My last horse Pride had some kind of history before I got him, to where he hated even the sound of a bit; even with a lot of desensitization he still seemed leary of the sound of the rings, and the chin strap...I got him to where he would take the bit nicely, but the fact that he was still seemingly afraid of it, bothered me. I was confused, because I am so careful especially when introducing a bit to a horse's mouth; So I bought him a rubber mouthed driving bit, which cut out the sound factor, and for a while, left the chin strap off, and attached it after I had the bridle on. After a couple of weeks, he was perfectly fine with accepting a bit in his mouth, and I was even able to go back to a regular snaffle (my normal bit of choice). I think someone, at one point had just shoved the bit in his mouth on a few occasions, causing both fear, and pain (the latter of which has the most lasting impression in a horse). I don't know it this helps you any, but especially if you don't know 'all' of the horse's history, and why he doesn't like the bit, it could be worth checking into; perhaps find a simple rubber mouthed bit (my driving bit was fairly cheap, just incase it didn't work, I didn't want to spend a ton on another bit!), and work at introducing it like as if he's never had one in his mouth before.


----------



## Solon (May 11, 2008)

You could try bitless. It's not a halter and not a hackamore. I have Dr. Cooks Bitless bridle. Works great.


----------



## Zab (Oct 4, 2008)

All horses can learn to accept bits that doesn't hurt them.

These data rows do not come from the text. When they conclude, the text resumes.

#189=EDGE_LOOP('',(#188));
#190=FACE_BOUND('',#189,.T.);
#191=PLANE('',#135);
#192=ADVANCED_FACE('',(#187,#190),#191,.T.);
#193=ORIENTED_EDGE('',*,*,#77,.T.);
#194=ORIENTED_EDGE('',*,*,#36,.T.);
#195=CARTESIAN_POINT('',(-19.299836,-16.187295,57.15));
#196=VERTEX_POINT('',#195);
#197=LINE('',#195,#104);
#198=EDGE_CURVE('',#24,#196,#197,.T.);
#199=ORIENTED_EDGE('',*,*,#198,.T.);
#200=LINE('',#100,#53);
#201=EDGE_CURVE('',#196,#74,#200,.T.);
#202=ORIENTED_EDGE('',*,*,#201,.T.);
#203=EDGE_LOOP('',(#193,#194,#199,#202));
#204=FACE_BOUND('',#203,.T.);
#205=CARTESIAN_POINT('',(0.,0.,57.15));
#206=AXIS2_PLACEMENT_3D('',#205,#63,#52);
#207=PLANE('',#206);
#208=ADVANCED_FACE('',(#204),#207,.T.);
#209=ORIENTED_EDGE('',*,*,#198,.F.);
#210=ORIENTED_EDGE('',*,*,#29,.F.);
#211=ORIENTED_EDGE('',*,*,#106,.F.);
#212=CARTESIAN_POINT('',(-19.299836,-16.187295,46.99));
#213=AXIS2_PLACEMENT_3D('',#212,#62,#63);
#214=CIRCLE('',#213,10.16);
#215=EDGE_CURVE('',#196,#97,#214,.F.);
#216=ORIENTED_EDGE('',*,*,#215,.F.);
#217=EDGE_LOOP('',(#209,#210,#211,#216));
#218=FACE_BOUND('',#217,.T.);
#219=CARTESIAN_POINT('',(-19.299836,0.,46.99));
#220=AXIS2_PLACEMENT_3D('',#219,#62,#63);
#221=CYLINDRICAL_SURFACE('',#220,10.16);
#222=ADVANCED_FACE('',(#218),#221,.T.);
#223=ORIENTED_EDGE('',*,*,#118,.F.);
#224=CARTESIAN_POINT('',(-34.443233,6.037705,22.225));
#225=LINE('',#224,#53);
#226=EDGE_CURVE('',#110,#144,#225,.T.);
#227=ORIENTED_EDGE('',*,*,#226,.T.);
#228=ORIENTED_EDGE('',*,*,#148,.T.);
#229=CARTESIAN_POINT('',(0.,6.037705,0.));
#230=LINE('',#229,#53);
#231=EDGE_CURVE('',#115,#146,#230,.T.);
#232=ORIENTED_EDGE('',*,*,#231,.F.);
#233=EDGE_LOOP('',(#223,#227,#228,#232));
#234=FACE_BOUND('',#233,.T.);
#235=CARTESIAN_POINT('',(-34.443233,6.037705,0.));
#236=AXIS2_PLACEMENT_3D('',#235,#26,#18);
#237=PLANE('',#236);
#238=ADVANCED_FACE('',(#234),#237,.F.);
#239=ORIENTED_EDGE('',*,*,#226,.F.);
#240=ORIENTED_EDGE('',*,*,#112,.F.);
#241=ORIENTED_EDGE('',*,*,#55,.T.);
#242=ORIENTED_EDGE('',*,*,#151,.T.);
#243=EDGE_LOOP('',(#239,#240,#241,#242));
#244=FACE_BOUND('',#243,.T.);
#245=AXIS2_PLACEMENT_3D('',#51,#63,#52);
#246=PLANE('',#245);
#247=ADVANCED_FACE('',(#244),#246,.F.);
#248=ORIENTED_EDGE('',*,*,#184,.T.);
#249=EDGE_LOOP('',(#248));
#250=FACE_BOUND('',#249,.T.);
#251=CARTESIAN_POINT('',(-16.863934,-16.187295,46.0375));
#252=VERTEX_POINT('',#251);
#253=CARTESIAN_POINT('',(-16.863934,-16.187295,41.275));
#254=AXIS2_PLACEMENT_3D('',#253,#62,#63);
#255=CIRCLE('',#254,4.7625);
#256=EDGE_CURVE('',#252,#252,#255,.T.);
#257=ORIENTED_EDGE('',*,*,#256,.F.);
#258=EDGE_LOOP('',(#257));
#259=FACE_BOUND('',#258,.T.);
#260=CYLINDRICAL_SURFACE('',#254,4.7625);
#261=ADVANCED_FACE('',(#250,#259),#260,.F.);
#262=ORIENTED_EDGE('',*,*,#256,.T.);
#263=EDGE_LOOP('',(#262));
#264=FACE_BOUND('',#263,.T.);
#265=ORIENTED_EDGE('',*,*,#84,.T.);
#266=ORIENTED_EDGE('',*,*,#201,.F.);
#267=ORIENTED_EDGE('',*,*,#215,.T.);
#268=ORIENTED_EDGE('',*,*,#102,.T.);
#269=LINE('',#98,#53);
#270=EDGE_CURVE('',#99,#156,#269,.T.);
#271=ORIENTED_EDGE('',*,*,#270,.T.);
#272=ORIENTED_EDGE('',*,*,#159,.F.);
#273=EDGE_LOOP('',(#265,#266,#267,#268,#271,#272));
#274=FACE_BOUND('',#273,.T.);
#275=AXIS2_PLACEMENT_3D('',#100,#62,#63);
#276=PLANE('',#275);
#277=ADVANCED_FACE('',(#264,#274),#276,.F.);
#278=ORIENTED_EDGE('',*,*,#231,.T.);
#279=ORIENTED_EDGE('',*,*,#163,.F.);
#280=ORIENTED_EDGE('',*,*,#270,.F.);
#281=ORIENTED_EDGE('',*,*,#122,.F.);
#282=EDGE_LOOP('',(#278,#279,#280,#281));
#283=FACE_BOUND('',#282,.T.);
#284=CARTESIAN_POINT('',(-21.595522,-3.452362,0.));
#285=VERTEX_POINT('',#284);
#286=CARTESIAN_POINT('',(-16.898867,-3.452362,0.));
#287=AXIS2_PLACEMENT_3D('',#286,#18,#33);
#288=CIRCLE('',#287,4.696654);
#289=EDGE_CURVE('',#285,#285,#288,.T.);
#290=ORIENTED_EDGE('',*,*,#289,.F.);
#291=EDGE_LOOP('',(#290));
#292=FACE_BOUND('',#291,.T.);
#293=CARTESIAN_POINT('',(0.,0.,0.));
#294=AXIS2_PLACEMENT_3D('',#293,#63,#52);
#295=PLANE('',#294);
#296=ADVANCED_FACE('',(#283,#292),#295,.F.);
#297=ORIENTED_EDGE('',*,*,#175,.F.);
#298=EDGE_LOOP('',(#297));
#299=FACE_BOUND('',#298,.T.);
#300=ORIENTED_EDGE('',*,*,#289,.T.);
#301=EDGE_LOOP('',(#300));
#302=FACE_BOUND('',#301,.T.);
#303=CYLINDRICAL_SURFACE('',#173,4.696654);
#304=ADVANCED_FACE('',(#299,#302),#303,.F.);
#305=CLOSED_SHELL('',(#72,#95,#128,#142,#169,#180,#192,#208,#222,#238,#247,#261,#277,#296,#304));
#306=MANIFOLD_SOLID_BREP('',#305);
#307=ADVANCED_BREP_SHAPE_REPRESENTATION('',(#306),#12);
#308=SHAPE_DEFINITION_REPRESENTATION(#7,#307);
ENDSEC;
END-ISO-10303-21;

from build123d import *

Check teeth, check mouth conformation (a low palate is a problem to many bits, as well as too little place over that tooth-less area so that the bit will press both jaws if the mouth is closed, or a big tounge, or...etc.)

And there are options to halters, try a riding cavesson, either with a chain or a firm iron. It's as gentle or un-gentle as a bit, but easier for a horse with mouth problems to accept.

And of course, make sure it's not your handeling of the bit that causes the problems.

Good luck


----------



## MacabreMikolaj (May 9, 2009)

I disagree with "every horse can be taught to accept a bit". Maybe we didn't try hard enough or for long enough, but Shay-la had a 3 year old pony mare that would flat out not take a bit. Because she was a Western pony, she'd been started in a hackamore. When she was closer to 4, she had some real cute pony movement and we got an idea she may be a cute English pony.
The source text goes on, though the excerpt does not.